● **Exercise description**
Would you please retype, exactly, the lines of the listing below between the line with "f 335 328 284" and the line with "f 332 341 340", inclusive?

● **Source information**
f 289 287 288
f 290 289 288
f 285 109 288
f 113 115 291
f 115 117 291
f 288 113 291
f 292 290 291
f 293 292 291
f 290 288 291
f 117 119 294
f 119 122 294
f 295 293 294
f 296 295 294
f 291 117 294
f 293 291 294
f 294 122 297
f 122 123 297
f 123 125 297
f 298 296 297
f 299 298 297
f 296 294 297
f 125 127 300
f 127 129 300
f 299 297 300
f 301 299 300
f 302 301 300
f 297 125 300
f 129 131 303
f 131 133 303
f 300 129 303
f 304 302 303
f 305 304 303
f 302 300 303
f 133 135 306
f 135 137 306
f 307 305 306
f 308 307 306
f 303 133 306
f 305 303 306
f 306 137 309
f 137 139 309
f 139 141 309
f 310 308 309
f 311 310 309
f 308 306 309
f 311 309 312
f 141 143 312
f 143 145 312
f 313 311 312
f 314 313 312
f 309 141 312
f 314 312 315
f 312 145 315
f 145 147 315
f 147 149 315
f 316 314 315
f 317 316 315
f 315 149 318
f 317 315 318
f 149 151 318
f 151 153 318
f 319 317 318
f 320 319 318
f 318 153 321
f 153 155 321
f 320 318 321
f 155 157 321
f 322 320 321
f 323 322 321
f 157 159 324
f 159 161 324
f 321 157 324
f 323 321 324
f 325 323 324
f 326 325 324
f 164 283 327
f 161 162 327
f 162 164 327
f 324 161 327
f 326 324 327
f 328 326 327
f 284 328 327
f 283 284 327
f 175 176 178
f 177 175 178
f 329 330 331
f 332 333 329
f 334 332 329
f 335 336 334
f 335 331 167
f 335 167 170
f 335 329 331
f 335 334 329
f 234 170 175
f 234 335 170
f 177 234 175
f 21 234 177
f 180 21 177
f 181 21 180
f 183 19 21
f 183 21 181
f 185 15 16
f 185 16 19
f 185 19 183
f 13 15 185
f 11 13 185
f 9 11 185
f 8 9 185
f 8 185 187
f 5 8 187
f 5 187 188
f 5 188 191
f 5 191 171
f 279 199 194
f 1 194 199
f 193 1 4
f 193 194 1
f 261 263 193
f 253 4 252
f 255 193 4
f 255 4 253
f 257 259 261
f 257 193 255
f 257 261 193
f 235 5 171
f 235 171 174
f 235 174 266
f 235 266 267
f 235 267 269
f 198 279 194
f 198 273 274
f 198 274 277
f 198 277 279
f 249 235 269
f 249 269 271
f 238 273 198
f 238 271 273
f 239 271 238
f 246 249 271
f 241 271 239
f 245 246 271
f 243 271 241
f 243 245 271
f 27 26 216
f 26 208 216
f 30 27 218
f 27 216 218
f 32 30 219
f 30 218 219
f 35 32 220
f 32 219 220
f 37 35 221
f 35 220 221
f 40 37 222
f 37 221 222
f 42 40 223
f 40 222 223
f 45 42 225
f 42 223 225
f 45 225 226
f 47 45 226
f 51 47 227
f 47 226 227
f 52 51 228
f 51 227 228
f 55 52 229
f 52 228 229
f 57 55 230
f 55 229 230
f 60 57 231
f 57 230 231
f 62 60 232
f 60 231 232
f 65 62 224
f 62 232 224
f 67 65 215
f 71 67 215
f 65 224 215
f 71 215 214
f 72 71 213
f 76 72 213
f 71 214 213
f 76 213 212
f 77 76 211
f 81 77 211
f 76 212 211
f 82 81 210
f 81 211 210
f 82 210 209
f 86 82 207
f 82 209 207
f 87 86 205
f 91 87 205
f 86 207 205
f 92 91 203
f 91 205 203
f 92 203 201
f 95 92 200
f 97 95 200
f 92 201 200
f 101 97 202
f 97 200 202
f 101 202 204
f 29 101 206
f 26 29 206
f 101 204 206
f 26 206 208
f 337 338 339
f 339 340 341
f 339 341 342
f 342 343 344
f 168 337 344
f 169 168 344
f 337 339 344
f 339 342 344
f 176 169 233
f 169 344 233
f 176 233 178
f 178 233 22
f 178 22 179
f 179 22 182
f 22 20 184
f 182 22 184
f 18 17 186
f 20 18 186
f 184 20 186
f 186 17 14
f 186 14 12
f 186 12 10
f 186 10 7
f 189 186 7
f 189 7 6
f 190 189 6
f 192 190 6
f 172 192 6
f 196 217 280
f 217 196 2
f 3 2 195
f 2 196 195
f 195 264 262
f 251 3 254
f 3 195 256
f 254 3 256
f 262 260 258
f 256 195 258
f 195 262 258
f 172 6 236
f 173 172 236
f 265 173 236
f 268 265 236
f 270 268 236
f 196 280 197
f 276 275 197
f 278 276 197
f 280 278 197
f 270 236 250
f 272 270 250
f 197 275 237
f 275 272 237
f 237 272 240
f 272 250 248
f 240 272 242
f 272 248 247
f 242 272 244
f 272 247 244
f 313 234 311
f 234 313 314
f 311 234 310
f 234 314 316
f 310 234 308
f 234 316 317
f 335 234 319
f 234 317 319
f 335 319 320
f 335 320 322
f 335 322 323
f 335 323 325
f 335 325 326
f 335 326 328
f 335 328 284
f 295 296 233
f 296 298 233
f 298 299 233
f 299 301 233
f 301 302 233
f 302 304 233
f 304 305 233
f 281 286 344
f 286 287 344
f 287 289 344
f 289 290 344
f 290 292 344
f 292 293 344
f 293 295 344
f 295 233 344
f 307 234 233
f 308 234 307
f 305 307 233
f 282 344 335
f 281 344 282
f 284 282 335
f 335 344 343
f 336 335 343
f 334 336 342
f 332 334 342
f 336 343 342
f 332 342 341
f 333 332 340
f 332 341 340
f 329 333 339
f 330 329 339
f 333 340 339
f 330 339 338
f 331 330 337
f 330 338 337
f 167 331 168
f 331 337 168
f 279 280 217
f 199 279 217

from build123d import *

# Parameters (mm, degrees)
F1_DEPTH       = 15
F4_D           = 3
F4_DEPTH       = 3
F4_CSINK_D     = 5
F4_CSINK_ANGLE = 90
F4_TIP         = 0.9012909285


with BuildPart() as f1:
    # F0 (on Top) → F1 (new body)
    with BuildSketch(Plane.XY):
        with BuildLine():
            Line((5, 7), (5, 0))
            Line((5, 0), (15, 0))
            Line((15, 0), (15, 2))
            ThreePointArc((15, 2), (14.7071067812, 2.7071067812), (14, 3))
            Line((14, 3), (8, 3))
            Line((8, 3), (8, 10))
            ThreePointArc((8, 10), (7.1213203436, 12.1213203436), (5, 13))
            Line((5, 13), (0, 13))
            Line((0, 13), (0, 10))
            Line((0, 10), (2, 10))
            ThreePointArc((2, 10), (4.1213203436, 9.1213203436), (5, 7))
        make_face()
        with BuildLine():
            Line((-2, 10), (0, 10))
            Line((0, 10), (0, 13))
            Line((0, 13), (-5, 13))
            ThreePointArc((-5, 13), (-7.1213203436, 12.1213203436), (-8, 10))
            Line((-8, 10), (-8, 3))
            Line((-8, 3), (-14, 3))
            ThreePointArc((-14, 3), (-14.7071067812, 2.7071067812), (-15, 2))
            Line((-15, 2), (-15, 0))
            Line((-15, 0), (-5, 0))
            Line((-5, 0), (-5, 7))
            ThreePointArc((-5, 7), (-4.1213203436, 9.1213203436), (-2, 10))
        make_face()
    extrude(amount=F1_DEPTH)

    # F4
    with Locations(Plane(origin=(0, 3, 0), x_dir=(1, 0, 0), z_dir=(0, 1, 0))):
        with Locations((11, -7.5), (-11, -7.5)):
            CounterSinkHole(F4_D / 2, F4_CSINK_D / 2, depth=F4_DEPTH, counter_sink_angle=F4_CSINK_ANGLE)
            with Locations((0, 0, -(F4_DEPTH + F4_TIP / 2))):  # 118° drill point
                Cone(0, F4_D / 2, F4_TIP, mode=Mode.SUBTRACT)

● **Response below**
f 335 328 284
f 295 296 233
f 296 298 233
f 298 299 233
f 299 301 233
f 301 302 233
f 302 304 233
f 304 305 233
f 281 286 344
f 286 287 344
f 287 289 344
f 289 290 344
f 290 292 344
f 292 293 344
f 293 295 344
f 295 233 344
f 307 234 233
f 308 234 307
f 305 307 233
f 282 344 335
f 281 344 282
f 284 282 335
f 335 344 343
f 336 335 343
f 334 336 342
f 332 334 342
f 336 343 342
f 332 342 341
f 333 332 340
f 332 341 340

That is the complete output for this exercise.